Each one is a narrow protocol, so swapping implementations is meant to be straightforward.

Perception

class Perception(Protocol):
    def locate(self, query: str, obs: Observation) -> list[DetectedObject]: ...

Two implementations ship in core:

GroundTruthPerception

Substring match against obs.scene_objects. Used in the benchmark runner and by all Tier-3 skill tests so reliability numbers measure the sandbox, not the VLM.

from robosandbox.perception.ground_truth import GroundTruthPerception
perception = GroundTruthPerception()
perception.locate("red cube", obs)
# [DetectedObject(label='red_cube', pose_3d=Pose(xyz=(0.4, 0.0, 0.05), ...), confidence=1.0)]

Use this when you want to debug the rest of the stack without involving the model.

VLMPointer

Default perception in the agentic flow. Calls an OpenAI-compatible chat endpoint, passes the RGB frame + intrinsics + extrinsics, asks the VLM for pixel coords + bbox, back-projects through depth into world frame.
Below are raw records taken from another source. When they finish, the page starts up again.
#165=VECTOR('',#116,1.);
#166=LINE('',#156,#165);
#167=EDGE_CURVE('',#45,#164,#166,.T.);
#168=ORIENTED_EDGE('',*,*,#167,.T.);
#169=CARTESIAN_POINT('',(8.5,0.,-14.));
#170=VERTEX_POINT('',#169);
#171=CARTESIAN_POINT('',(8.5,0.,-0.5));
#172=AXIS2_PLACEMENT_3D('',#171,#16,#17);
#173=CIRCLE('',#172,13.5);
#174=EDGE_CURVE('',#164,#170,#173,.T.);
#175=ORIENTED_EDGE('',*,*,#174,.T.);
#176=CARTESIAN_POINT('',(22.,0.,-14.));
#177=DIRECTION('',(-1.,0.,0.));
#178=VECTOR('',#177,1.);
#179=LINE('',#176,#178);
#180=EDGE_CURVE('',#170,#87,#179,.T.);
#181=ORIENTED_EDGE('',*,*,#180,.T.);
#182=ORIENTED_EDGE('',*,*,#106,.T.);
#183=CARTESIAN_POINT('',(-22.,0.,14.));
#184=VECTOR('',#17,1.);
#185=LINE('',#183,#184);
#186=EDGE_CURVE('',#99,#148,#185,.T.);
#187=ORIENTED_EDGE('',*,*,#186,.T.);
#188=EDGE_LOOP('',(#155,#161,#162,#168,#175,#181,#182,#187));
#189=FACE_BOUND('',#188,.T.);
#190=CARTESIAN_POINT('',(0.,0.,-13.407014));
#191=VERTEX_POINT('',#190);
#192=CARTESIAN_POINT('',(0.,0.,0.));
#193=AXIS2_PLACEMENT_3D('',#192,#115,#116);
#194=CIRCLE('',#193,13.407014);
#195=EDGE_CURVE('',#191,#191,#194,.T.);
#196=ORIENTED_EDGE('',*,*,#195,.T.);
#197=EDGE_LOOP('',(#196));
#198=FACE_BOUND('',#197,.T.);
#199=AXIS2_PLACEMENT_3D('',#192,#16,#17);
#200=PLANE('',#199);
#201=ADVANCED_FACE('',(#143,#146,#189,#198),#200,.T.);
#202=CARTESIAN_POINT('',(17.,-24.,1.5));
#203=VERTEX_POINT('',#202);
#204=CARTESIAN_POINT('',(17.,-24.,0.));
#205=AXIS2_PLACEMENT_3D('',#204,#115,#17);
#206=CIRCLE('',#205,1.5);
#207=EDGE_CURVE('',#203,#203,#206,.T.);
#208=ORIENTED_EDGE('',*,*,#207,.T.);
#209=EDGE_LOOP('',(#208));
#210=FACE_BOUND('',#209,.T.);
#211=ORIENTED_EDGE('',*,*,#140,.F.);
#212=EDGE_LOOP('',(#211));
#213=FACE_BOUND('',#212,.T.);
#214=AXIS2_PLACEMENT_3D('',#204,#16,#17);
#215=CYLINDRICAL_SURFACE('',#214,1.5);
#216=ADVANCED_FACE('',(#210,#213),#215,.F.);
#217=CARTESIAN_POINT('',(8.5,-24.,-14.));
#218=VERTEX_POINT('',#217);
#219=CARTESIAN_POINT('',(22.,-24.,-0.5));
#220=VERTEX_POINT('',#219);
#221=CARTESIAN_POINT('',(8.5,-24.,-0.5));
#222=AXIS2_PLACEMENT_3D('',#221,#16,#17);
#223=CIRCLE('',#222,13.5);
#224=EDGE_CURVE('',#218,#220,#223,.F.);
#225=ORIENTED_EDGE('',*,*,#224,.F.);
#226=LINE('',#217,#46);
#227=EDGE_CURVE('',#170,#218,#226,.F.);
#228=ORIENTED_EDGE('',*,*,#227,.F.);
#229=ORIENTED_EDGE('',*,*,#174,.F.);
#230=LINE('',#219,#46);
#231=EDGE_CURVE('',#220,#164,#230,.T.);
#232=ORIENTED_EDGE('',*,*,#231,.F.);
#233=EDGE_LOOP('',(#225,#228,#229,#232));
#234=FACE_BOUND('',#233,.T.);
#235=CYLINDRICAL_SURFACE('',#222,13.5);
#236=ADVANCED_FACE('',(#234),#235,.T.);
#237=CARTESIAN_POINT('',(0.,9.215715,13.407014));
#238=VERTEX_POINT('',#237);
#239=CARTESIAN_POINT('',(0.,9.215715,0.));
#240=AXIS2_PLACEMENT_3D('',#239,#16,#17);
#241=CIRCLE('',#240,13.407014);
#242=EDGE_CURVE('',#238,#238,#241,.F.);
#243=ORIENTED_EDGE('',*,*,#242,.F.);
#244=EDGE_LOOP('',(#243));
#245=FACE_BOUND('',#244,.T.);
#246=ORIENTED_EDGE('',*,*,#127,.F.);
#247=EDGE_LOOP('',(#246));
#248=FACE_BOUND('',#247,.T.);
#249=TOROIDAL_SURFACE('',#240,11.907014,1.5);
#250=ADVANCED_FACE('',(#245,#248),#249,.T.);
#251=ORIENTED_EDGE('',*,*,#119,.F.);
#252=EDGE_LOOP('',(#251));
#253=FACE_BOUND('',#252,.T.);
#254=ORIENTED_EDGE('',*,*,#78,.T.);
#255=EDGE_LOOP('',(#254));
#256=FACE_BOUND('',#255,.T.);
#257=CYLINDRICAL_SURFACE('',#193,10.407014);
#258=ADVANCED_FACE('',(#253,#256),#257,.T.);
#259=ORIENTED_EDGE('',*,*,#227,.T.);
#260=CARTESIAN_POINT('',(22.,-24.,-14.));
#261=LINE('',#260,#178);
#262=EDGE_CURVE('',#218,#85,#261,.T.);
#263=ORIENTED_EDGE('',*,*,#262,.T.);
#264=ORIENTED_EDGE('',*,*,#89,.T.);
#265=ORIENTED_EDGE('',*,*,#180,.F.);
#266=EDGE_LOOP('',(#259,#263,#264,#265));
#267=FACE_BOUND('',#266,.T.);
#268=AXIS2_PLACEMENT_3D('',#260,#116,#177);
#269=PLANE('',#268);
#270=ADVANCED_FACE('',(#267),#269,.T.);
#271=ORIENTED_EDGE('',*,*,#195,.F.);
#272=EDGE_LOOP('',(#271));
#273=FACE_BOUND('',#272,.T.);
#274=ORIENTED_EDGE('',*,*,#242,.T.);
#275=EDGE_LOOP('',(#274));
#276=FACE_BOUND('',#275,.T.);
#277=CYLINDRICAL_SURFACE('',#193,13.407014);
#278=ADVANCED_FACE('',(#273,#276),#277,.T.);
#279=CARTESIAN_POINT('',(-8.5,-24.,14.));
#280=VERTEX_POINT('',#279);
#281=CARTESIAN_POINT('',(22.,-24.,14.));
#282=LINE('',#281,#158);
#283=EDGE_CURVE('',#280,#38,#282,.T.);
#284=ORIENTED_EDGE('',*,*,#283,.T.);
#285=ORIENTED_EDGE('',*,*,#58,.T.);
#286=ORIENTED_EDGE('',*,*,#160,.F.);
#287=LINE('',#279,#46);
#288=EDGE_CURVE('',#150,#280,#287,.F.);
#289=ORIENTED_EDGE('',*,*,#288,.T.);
Output shape the VLM must produce:

{"objects": [
  {"label": "...", "bbox": [x1, y1, x2, y2], "point": [cx, cy], "confidence": 0.0-1.0}
]}

VLMOutputError is raised on malformed output; the caller can choose to retry. vlm.json_recovery.parse_json_loose tolerates code-fenced or prose-wrapped responses.

When to use which

Use case Perception
Running the benchmark, regression-testing sim behaviour GroundTruthPerception
Running the agent loop with a real VLM VLMPointer
Deterministic tests that exercise the skill (not the model) GroundTruthPerception

A CassetteVLMClient (see tests/cassettes/) records + replays VLM responses — lets VLMPointer participate in CI without network access.

Grasping

class GraspPlanner(Protocol):
    def plan(self, obs: Observation, target: DetectedObject) -> list[Grasp]: ...
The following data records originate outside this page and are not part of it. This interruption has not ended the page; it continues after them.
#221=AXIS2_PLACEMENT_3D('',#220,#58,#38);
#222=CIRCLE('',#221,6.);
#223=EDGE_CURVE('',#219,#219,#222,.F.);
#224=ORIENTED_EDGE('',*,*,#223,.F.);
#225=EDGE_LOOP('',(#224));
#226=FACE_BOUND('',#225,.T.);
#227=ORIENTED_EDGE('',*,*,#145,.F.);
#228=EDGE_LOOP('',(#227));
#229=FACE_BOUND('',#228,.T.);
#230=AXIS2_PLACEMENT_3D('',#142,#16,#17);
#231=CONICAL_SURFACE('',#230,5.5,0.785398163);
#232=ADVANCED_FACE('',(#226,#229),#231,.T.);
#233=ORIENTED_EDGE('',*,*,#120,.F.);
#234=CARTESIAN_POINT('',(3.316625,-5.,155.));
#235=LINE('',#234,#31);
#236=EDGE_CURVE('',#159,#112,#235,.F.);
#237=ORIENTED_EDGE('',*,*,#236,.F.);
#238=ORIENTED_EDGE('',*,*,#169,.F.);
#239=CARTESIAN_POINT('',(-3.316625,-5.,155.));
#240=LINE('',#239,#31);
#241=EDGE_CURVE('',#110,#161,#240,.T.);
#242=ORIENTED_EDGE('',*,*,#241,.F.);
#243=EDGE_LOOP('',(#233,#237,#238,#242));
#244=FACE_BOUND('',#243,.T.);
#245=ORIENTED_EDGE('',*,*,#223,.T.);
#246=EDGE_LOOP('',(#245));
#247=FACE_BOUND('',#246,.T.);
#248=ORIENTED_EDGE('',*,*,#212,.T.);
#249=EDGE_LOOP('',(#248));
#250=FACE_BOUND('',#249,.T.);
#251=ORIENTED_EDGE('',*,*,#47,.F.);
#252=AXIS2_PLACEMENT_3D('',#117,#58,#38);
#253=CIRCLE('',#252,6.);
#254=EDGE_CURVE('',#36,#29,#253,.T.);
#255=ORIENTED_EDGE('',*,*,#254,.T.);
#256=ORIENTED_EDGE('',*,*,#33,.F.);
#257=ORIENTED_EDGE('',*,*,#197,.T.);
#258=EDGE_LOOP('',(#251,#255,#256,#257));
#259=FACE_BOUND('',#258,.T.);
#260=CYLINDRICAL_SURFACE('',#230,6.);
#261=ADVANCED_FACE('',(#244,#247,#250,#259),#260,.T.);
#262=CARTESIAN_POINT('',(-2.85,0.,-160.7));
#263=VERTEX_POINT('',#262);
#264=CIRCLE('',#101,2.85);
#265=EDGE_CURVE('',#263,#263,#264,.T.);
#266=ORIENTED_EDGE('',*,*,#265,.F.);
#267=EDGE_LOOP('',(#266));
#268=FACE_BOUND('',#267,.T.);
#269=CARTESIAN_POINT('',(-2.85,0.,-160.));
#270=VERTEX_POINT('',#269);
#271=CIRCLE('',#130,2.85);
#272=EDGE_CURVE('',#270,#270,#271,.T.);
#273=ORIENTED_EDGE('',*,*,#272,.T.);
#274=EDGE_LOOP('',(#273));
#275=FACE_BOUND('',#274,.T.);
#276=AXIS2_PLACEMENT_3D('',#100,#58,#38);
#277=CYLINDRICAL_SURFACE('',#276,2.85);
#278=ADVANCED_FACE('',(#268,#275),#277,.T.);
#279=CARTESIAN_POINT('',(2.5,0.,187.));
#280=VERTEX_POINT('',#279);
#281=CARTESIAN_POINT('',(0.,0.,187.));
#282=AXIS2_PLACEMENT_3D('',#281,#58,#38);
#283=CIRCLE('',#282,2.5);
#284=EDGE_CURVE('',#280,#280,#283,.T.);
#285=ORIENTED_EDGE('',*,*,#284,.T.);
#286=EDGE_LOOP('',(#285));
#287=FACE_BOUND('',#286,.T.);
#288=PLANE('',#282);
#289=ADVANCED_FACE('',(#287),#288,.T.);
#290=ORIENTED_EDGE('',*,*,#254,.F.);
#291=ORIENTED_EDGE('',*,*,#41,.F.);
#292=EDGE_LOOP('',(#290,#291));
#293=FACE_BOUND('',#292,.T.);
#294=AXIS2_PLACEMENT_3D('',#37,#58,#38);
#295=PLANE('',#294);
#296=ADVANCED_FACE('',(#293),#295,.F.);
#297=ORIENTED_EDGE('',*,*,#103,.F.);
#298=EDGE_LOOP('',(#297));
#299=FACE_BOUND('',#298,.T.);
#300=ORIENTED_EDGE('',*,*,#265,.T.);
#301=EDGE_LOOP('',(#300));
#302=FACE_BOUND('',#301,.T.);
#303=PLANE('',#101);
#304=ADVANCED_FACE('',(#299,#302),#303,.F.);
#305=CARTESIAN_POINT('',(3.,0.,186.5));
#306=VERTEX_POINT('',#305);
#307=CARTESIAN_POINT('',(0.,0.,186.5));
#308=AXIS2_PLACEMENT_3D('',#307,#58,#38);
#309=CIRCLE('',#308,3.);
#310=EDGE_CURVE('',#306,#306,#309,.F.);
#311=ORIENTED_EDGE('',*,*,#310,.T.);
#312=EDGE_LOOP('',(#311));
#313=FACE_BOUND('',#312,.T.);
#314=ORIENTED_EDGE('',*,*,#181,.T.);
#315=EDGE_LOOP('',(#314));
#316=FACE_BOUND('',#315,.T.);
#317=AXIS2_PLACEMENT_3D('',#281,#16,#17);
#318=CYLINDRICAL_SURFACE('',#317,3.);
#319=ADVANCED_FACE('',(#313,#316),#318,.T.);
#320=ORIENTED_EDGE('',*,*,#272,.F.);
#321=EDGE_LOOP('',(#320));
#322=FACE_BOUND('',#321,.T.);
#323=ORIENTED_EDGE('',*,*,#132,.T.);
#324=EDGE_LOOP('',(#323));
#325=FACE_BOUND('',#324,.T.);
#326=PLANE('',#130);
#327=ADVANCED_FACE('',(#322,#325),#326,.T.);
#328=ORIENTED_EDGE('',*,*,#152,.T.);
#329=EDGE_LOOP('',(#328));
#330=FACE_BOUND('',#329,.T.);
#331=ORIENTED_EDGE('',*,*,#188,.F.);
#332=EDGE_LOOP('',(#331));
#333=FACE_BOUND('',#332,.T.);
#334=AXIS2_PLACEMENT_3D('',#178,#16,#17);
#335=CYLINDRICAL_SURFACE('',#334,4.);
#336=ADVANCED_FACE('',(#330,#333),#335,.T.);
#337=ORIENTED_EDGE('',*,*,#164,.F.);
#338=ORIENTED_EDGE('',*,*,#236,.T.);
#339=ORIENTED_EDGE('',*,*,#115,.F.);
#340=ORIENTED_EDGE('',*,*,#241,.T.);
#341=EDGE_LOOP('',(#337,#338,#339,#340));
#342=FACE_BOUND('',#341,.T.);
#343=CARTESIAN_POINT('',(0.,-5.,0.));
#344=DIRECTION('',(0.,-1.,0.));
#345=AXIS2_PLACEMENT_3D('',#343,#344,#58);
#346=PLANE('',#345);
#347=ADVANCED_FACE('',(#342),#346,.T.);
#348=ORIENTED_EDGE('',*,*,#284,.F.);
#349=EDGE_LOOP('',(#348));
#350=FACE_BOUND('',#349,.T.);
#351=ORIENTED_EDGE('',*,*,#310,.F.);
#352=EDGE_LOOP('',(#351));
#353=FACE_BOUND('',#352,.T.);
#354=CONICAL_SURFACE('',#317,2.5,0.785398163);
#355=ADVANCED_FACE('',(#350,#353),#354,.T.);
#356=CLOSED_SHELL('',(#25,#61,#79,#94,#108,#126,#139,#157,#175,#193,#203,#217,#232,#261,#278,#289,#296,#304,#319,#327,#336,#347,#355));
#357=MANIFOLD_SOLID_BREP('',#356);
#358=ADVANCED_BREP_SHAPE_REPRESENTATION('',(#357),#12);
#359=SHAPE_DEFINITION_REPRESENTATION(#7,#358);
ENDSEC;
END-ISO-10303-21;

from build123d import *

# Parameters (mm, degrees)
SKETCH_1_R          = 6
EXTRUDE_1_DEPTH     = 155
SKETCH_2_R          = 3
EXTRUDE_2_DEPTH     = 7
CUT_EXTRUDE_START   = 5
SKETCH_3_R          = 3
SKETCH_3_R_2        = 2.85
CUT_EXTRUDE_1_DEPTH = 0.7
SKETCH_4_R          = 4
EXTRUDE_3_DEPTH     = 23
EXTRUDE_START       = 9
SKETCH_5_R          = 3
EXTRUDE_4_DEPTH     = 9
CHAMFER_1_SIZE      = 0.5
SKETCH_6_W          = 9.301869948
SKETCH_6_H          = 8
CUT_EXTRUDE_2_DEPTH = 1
There is one implementation in v0.1:

AnalyticTopDown

Assumes the gripper approaches along -Z, palm down, jaws along X. It works well enough for cubes, short cylinders, cans, and mugs picked from above. It is not the right tool for flatter or more awkward shapes that really need side grasps.

Key parameters:

  • default_object_width=0.04 — fallback when bounds unknown.
  • grasp_height_offset=0.013 — added above the object centroid when targeting the end-effector site. Tuned for v0.1's 4 cm fingers.

Output Grasp(pose, gripper_width, approach_offset=0.08, score):

  • pose — gripper pose at closed-on-object.
  • gripper_width — width at which to close.
  • approach_offset — distance above pose to approach from.

The planner returns one candidate today, and Pick executes it.

Motion planning

class MotionPlanner(Protocol):
    def plan(
        self,
        sim: SimBackend,
        start_joints: np.ndarray,
        target_pose: Pose,
        constraints: dict | None = None,
    ) -> JointTrajectory: ...

There is one implementation in v0.1:

DLSMotionPlanner

Damped least-squares Jacobian IK + Cartesian interpolation.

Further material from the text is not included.